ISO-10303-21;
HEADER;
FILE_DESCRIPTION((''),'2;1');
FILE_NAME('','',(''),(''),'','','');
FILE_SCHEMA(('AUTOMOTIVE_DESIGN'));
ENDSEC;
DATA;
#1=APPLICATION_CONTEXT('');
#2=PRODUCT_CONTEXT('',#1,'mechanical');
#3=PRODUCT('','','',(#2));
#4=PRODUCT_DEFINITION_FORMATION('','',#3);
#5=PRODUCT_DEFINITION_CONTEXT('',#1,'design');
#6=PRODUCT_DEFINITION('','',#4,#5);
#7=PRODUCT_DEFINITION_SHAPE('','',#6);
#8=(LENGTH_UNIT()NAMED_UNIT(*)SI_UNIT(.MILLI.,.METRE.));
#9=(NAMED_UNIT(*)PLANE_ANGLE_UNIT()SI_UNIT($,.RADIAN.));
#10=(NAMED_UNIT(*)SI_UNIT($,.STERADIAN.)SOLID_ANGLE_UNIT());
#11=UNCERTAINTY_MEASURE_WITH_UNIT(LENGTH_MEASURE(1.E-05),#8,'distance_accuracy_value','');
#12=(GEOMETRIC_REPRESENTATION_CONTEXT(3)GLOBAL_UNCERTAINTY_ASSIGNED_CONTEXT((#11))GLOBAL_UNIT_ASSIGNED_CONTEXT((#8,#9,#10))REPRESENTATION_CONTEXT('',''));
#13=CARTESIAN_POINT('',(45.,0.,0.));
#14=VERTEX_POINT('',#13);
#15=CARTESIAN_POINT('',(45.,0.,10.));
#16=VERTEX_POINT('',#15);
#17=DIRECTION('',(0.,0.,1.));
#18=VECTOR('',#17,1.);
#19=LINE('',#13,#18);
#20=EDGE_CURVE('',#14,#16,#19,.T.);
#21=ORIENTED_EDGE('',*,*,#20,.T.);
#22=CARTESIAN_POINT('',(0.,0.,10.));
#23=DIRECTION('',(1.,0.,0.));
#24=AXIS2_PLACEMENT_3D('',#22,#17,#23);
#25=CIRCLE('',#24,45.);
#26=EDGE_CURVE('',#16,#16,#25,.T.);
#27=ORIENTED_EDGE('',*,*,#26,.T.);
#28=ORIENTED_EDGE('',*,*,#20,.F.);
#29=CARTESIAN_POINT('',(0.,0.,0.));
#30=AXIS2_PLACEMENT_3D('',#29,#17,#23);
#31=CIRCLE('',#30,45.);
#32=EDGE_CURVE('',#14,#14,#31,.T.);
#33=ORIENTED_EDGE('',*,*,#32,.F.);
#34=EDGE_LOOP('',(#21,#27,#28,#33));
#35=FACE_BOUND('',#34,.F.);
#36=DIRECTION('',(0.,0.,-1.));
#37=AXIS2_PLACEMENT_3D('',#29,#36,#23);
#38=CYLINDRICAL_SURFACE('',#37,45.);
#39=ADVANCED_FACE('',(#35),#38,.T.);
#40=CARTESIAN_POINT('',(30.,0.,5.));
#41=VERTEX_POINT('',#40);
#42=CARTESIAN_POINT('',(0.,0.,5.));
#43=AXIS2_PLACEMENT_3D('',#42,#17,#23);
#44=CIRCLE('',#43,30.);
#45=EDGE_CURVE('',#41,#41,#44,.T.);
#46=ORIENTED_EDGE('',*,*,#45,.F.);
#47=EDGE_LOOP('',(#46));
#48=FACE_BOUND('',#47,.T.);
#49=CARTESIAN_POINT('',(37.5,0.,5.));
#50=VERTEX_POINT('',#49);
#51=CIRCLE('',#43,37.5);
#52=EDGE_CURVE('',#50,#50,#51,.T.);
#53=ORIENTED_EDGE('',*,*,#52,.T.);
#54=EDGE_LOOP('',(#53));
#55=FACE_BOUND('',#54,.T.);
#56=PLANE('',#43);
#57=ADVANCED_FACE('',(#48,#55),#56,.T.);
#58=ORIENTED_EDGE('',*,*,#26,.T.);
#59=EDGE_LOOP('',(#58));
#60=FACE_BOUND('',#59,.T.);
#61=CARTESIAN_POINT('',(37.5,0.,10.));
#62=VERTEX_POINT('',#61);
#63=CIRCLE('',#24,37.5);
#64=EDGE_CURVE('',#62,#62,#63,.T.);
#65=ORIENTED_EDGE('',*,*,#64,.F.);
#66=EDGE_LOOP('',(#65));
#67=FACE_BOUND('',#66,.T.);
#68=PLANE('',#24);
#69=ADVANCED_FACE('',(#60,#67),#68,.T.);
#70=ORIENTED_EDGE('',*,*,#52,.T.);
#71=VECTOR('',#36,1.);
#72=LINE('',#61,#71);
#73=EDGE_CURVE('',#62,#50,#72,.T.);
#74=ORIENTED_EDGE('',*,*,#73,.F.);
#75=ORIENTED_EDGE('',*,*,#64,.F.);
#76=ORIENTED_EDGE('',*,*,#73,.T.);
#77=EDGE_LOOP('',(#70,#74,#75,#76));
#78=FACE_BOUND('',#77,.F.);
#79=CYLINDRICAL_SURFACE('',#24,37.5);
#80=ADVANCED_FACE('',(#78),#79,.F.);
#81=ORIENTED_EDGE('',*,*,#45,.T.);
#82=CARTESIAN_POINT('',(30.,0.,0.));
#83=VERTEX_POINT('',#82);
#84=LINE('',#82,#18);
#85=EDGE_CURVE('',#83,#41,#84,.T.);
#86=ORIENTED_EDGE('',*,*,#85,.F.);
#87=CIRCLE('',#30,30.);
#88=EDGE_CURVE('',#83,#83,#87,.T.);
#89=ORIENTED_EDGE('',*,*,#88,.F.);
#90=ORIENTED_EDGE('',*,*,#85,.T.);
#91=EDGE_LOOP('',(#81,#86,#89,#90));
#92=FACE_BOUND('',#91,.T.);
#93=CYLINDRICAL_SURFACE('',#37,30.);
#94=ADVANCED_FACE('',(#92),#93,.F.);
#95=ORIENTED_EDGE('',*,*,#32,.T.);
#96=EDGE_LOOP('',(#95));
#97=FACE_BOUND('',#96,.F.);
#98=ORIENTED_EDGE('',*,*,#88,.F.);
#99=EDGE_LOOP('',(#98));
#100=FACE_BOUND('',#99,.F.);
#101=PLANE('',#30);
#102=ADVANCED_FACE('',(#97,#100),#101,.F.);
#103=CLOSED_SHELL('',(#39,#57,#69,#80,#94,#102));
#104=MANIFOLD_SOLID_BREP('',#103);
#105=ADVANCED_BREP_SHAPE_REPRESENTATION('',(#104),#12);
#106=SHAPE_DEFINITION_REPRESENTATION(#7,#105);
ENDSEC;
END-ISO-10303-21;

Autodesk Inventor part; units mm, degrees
ref_plane "YZ Plane" through (0, 0, 0) normal (1, 0, 0) x (0, 1, 0)
ref_plane "XZ Plane" through (0, 0, 0) normal (0, 1, 0) x (-1, 0, 0)
ref_plane "XY Plane" through (0, 0, 0) normal (0, 0, 1) x (1, 0, 0)
sketch "Эскиз1" plane through (0, 0, 0) normal (0, 0, 1) x (1, 0, 0)
  circle A0 centre (0, 0) radius 30
  circle A1 centre (0, 0) radius 45
  dimension "d0" = 60
  dimension "d1" = 90
extrude "Выдавливание1" add sketch "Эскиз1" along normal blind 10
sketch "Эскиз2" plane through (0, 0, 10) normal (0, 0, 1) x (1, 0, 0)
  circle A0 centre (0, 0) radius 30 projected
  circle A1 centre (0, 0) radius 37.5
  dimension "d4" = 75
extrude "Выдавливание2" cut sketch "Эскиз2" against normal blind 5
properties part number "Маслоотражательное кольцо" material "Сталь, литейная"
--*--
Your task is to transcribe, with no changes, only the lines of the listing above that lie between the line holding "#58=ORIENTED_EDGE('',*,*,#26,.T.);" and the line holding "#94=ADVANCED_FACE('',(#92),#93,.F.);", inclusive.

#58=ORIENTED_EDGE('',*,*,#26,.T.);
#59=EDGE_LOOP('',(#58));
#60=FACE_BOUND('',#59,.T.);
#61=CARTESIAN_POINT('',(37.5,0.,10.));
#62=VERTEX_POINT('',#61);
#63=CIRCLE('',#24,37.5);
#64=EDGE_CURVE('',#62,#62,#63,.T.);
#65=ORIENTED_EDGE('',*,*,#64,.F.);
#66=EDGE_LOOP('',(#65));
#67=FACE_BOUND('',#66,.T.);
#68=PLANE('',#24);
#69=ADVANCED_FACE('',(#60,#67),#68,.T.);
#70=ORIENTED_EDGE('',*,*,#52,.T.);
#71=VECTOR('',#36,1.);
#72=LINE('',#61,#71);
#73=EDGE_CURVE('',#62,#50,#72,.T.);
#74=ORIENTED_EDGE('',*,*,#73,.F.);
#75=ORIENTED_EDGE('',*,*,#64,.F.);
#76=ORIENTED_EDGE('',*,*,#73,.T.);
#77=EDGE_LOOP('',(#70,#74,#75,#76));
#78=FACE_BOUND('',#77,.F.);
#79=CYLINDRICAL_SURFACE('',#24,37.5);
#80=ADVANCED_FACE('',(#78),#79,.F.);
#81=ORIENTED_EDGE('',*,*,#45,.T.);
#82=CARTESIAN_POINT('',(30.,0.,0.));
#83=VERTEX_POINT('',#82);
#84=LINE('',#82,#18);
#85=EDGE_CURVE('',#83,#41,#84,.T.);
#86=ORIENTED_EDGE('',*,*,#85,.F.);
#87=CIRCLE('',#30,30.);
#88=EDGE_CURVE('',#83,#83,#87,.T.);
#89=ORIENTED_EDGE('',*,*,#88,.F.);
#90=ORIENTED_EDGE('',*,*,#85,.T.);
#91=EDGE_LOOP('',(#81,#86,#89,#90));
#92=FACE_BOUND('',#91,.T.);
#93=CYLINDRICAL_SURFACE('',#37,30.);
#94=ADVANCED_FACE('',(#92),#93,.F.);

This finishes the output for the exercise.